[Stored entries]
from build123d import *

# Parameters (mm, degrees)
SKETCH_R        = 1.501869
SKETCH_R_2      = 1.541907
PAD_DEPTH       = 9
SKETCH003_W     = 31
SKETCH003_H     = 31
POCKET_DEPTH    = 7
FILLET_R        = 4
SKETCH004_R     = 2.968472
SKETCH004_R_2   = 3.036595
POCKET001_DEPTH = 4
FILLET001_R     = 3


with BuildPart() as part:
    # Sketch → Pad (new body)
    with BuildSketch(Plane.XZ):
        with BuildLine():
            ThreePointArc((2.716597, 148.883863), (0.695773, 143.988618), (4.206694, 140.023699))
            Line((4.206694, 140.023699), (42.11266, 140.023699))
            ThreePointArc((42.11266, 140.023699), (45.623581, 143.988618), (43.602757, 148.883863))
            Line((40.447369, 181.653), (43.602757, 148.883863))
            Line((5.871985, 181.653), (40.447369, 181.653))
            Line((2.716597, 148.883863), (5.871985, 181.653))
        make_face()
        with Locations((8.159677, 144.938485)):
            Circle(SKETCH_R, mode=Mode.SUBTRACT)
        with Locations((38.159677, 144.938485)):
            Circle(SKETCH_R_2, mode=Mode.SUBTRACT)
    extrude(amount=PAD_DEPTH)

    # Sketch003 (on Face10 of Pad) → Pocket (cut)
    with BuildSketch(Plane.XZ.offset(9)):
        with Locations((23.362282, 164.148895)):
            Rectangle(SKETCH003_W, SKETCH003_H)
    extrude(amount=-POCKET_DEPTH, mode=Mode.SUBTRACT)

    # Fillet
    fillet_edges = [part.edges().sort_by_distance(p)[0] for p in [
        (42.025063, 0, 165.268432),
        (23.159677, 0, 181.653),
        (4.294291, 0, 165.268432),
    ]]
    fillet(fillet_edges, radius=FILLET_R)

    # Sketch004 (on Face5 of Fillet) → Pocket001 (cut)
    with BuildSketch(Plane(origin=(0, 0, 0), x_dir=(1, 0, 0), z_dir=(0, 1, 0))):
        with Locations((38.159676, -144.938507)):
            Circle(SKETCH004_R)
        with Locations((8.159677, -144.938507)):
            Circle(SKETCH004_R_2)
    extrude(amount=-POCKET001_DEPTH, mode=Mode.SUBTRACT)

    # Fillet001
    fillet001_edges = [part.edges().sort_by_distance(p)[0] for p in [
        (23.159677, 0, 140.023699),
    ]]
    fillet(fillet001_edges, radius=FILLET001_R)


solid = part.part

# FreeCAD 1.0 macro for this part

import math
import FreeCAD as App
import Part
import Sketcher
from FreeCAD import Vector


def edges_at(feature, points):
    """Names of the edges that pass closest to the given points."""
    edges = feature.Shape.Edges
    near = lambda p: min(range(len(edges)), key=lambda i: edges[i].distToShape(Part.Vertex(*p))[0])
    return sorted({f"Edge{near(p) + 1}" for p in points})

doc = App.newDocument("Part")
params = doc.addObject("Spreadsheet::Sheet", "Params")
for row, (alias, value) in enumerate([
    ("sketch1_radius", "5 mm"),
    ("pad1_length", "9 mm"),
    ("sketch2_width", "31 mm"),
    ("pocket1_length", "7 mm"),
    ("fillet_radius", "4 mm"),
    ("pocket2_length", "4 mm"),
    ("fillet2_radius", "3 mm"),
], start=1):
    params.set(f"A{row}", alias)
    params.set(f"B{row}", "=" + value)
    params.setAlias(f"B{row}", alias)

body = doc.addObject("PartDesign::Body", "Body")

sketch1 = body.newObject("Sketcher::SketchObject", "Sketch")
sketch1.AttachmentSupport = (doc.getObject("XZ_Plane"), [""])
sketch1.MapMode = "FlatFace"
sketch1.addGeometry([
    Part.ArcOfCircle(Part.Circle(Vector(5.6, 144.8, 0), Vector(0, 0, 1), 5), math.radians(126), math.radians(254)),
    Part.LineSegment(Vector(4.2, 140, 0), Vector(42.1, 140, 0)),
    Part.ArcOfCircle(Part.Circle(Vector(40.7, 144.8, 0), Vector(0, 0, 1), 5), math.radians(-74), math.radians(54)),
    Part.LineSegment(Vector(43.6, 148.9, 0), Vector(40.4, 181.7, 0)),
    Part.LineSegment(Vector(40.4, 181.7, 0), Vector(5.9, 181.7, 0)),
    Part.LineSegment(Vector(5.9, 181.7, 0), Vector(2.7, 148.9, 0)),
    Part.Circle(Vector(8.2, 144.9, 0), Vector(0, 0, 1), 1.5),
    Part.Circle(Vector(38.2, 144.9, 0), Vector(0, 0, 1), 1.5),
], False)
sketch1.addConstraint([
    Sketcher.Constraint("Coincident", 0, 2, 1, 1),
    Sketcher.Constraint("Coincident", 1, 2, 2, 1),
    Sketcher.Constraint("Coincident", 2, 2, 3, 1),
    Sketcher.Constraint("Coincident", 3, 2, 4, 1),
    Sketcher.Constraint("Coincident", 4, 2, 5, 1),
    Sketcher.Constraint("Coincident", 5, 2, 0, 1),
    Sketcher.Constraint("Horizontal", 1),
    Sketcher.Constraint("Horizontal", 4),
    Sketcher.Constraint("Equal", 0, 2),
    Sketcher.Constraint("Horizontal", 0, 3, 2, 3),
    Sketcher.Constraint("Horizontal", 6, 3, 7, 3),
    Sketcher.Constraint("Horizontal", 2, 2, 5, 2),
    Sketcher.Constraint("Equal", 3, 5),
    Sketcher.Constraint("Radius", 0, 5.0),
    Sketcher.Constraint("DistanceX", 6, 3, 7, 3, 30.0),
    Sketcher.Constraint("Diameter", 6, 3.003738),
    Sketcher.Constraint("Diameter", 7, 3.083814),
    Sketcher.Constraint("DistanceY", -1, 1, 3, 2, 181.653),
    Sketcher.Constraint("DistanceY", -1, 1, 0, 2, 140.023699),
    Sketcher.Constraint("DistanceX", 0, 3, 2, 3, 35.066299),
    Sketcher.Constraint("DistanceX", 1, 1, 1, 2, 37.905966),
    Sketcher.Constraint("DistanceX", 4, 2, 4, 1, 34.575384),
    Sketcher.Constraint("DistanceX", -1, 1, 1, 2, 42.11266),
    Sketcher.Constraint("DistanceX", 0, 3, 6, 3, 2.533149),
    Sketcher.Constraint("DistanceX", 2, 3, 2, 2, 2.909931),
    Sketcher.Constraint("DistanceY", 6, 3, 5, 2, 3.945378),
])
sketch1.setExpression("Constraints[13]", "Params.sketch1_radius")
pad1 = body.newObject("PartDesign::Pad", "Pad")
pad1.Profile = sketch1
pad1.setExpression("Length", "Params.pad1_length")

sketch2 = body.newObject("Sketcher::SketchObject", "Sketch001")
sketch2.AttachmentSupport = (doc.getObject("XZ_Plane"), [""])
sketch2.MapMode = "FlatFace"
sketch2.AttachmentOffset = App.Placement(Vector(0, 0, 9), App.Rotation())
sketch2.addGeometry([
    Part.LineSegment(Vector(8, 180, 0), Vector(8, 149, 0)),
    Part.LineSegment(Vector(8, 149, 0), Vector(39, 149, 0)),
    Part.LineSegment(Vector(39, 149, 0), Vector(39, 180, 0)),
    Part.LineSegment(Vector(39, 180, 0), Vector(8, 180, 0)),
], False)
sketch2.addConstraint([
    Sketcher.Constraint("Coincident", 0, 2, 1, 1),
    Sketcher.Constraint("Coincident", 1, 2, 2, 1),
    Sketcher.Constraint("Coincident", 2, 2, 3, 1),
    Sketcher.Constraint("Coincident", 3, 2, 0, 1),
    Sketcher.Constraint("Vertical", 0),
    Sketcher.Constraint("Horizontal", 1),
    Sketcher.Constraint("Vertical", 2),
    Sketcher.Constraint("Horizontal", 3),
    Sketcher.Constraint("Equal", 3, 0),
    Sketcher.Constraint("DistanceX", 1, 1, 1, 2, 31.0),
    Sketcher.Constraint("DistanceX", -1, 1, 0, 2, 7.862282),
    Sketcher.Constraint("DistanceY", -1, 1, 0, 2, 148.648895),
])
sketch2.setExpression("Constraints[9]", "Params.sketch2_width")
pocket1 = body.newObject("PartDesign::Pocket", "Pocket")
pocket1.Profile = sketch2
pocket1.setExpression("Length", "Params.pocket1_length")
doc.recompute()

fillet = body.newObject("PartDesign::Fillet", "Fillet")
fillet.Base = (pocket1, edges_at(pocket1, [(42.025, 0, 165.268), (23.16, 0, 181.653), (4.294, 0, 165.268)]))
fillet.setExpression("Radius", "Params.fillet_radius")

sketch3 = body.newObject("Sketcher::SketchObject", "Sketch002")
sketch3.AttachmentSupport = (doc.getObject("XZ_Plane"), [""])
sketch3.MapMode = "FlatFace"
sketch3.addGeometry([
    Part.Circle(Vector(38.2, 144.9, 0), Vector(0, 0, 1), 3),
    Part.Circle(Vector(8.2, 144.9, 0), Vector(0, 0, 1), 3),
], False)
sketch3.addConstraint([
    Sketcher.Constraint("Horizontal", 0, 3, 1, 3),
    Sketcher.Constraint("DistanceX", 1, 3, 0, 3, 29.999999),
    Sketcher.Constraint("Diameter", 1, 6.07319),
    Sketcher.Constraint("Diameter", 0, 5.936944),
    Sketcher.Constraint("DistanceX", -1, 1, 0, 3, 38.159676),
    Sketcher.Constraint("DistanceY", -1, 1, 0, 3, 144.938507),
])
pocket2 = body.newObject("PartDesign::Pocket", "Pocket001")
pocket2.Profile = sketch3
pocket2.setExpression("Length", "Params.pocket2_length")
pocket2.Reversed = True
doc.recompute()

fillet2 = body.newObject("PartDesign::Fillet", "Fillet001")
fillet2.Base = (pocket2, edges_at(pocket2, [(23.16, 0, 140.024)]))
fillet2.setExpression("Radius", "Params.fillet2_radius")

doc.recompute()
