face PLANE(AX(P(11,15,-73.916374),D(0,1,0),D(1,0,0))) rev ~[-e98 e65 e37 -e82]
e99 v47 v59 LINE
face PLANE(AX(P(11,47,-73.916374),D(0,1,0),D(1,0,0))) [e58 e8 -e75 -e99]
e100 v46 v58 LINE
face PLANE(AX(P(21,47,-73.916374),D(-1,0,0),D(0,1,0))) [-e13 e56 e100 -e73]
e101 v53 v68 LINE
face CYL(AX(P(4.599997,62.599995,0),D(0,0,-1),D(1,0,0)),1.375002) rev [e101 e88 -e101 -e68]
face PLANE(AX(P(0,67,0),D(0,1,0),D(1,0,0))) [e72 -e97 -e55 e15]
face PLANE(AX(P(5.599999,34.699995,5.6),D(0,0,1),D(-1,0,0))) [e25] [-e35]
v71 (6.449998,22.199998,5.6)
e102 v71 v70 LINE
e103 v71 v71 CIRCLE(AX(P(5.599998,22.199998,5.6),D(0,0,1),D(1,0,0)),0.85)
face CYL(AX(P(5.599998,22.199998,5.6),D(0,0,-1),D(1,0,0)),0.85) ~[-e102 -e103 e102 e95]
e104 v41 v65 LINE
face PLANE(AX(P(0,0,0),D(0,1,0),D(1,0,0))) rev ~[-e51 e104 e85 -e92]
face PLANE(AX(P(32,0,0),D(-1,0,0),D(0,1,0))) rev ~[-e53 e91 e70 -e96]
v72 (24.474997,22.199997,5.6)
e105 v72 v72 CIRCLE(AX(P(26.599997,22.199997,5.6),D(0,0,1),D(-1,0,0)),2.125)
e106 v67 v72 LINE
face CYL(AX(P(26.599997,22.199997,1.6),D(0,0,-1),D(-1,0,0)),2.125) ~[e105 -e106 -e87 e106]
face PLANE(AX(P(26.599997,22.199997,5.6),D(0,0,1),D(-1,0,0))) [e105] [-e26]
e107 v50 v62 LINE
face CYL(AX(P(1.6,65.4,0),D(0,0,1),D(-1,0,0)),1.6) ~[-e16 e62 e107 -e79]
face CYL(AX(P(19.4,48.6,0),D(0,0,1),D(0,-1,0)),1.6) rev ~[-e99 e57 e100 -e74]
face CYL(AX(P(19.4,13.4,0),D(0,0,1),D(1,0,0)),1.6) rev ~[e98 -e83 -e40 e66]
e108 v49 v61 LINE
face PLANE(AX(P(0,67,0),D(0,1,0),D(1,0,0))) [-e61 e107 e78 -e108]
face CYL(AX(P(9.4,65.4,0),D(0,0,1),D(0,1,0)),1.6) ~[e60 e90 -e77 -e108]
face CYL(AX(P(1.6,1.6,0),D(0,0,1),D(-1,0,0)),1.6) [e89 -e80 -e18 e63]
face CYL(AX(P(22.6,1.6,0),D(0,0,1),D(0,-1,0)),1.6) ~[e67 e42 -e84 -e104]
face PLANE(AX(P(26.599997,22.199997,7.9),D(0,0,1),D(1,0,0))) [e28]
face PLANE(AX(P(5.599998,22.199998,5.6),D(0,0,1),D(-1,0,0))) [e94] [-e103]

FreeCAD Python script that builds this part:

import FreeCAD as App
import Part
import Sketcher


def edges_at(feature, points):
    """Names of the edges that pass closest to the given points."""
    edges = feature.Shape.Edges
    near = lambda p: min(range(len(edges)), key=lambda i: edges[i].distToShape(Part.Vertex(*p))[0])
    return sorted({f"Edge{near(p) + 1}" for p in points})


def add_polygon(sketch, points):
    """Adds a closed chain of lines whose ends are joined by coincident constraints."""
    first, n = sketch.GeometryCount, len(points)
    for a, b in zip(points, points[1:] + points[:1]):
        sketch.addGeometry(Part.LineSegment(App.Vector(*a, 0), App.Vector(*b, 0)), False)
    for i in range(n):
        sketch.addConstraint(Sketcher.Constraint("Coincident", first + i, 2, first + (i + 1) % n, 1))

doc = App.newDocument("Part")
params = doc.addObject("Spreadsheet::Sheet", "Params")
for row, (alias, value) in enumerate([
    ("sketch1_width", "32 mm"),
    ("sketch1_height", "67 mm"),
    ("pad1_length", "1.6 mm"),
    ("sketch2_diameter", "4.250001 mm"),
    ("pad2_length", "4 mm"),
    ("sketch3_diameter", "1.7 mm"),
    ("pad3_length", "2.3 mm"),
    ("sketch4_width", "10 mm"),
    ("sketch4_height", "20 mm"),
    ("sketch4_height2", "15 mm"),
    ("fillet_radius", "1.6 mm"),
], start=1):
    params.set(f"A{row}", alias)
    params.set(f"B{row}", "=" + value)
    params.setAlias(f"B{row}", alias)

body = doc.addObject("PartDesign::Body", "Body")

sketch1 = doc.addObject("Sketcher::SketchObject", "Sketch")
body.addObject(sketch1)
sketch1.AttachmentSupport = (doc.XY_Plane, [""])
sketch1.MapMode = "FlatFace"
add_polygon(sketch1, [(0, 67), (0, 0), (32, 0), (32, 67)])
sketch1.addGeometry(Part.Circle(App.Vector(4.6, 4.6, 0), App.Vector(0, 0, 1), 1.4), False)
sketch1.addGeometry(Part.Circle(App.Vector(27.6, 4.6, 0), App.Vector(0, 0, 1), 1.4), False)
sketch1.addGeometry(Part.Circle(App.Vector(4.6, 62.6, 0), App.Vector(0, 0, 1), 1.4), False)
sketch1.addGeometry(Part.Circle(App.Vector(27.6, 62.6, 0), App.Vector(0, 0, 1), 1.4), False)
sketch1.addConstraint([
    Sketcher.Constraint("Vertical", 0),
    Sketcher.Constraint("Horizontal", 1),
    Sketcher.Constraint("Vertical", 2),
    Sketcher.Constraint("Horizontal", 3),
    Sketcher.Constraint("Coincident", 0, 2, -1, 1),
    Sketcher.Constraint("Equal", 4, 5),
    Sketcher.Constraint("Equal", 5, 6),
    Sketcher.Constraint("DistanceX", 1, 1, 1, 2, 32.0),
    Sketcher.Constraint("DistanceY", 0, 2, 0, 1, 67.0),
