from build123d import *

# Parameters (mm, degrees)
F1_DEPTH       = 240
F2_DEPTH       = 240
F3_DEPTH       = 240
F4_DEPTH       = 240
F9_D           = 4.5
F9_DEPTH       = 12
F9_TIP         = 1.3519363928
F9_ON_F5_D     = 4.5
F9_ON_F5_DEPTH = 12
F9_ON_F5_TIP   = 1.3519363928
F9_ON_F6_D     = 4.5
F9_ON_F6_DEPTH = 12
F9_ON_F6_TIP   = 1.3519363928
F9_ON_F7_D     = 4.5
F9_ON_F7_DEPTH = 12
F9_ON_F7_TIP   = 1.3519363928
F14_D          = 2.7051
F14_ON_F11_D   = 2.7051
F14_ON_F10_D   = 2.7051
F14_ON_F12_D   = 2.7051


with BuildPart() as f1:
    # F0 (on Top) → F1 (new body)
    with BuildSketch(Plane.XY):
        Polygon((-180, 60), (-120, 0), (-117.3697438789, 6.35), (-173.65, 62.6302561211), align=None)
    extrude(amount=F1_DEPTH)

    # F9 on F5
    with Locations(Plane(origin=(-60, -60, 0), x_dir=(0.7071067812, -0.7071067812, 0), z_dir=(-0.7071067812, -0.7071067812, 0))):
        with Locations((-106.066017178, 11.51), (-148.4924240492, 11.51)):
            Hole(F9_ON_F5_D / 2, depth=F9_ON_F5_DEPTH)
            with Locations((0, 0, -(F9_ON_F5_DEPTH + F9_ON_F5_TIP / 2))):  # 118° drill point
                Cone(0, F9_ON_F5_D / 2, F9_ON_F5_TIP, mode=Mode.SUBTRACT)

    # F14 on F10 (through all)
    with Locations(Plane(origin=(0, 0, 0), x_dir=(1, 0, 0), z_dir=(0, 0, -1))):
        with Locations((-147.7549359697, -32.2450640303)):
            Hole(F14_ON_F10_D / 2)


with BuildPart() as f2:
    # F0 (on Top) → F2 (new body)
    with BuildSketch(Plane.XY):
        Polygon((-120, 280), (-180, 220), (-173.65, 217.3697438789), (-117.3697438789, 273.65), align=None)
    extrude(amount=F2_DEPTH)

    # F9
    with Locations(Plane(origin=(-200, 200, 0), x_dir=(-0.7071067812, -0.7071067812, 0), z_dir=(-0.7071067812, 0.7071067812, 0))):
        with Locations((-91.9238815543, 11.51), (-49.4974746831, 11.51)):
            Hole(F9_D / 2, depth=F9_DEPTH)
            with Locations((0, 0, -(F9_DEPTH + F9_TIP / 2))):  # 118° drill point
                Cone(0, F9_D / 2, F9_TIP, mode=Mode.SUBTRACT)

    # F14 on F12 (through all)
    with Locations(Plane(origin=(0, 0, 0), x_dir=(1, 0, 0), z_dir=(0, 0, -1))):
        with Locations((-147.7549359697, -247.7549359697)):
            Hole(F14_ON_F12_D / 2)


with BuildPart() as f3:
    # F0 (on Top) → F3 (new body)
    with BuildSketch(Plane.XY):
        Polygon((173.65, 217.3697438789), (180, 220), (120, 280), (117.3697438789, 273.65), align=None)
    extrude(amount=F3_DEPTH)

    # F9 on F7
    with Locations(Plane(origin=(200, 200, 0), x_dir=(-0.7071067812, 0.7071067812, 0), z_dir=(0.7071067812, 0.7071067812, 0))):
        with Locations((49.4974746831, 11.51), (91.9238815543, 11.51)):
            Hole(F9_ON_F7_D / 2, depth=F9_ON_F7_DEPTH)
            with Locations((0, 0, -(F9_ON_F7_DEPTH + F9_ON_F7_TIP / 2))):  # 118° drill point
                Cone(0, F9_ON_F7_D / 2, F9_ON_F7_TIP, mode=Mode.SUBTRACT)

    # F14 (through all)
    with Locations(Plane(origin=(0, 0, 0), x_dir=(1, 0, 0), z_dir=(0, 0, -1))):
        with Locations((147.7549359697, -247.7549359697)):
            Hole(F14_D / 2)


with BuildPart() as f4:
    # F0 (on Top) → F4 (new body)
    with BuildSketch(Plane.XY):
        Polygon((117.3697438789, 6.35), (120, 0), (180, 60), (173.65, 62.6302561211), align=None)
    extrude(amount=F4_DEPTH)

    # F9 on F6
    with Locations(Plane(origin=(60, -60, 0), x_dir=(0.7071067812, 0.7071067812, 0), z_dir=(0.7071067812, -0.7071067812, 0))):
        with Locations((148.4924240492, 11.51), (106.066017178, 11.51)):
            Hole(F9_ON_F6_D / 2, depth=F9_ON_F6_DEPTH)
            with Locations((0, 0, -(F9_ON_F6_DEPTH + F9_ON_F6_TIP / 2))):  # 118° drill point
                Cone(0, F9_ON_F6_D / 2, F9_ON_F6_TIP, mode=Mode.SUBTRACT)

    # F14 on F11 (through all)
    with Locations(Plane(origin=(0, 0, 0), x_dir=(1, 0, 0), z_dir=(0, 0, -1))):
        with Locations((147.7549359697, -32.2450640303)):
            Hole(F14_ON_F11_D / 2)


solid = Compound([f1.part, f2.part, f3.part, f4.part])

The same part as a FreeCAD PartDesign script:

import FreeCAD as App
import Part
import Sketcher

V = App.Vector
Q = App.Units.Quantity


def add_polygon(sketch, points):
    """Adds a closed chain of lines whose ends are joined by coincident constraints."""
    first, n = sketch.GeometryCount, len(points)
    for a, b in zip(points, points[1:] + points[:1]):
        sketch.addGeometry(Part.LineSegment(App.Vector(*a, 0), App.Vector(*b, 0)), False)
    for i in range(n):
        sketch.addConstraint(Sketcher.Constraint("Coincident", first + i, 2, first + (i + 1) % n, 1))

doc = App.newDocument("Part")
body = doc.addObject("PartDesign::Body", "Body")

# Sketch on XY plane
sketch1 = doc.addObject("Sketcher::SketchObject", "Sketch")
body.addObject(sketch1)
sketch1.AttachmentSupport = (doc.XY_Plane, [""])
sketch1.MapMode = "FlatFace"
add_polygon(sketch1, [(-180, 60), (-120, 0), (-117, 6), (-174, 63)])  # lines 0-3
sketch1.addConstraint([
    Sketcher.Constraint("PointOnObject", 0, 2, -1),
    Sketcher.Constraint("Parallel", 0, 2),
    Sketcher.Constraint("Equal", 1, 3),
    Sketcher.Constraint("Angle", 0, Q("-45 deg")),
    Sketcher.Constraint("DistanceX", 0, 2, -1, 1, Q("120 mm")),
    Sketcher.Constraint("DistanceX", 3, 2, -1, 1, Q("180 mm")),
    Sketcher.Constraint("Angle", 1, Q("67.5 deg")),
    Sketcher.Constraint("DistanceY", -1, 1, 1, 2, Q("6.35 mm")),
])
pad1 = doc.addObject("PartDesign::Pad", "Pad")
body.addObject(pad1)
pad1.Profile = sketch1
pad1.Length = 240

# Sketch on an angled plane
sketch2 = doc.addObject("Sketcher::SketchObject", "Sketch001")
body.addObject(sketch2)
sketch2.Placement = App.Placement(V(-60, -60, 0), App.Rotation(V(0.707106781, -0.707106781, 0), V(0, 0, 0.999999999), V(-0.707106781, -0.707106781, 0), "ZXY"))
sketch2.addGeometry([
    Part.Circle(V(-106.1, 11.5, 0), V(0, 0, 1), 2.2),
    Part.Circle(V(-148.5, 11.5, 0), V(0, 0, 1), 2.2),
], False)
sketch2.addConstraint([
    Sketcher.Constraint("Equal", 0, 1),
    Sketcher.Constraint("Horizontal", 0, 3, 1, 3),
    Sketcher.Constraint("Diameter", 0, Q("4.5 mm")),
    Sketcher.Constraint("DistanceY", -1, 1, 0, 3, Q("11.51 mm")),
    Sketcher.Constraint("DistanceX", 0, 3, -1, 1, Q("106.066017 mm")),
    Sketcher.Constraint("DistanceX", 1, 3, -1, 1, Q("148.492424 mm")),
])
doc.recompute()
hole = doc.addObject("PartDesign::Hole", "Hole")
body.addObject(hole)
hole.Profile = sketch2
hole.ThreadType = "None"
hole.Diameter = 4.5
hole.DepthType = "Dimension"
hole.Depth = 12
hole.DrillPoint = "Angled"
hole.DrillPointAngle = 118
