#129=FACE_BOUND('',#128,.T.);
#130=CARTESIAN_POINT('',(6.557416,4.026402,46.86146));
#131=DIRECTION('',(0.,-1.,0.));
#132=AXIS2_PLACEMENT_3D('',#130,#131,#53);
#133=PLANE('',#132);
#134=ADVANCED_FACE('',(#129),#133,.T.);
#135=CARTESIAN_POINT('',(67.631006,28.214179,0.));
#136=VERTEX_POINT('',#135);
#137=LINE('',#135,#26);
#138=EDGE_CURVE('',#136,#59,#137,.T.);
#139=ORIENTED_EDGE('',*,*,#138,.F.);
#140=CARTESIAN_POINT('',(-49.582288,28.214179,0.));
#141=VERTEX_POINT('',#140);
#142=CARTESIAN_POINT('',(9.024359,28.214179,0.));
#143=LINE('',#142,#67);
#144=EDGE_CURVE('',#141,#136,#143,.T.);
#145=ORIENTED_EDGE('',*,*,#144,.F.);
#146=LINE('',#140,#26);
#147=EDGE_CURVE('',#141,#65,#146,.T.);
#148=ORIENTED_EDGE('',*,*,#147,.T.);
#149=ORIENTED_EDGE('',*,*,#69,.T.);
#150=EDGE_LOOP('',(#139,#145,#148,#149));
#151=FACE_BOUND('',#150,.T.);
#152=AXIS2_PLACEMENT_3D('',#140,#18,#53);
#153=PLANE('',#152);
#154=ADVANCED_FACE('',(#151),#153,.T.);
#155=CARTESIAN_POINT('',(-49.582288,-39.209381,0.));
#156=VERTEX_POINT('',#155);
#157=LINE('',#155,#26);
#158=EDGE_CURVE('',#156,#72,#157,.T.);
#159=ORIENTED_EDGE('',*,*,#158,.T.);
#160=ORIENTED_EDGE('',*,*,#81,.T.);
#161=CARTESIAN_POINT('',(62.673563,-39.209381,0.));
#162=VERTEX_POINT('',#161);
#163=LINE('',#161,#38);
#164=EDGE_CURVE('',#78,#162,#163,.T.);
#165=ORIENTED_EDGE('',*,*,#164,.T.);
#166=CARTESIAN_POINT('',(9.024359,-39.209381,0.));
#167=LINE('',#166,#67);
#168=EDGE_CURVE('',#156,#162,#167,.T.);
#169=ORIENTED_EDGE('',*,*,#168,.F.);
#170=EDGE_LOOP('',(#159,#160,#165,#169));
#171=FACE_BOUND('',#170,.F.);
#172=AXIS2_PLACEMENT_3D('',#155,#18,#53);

[Task to carry out]
Copy the lines above exactly. Start with the line containing "fillet(fillet001_edges, radius=FILLET001_R)", end with the line containing "# FreeCAD 1.0 macro for this part", and include both.

[Solution below]
    fillet(fillet001_edges, radius=FILLET001_R)


solid = part.part

# FreeCAD 1.0 macro for this part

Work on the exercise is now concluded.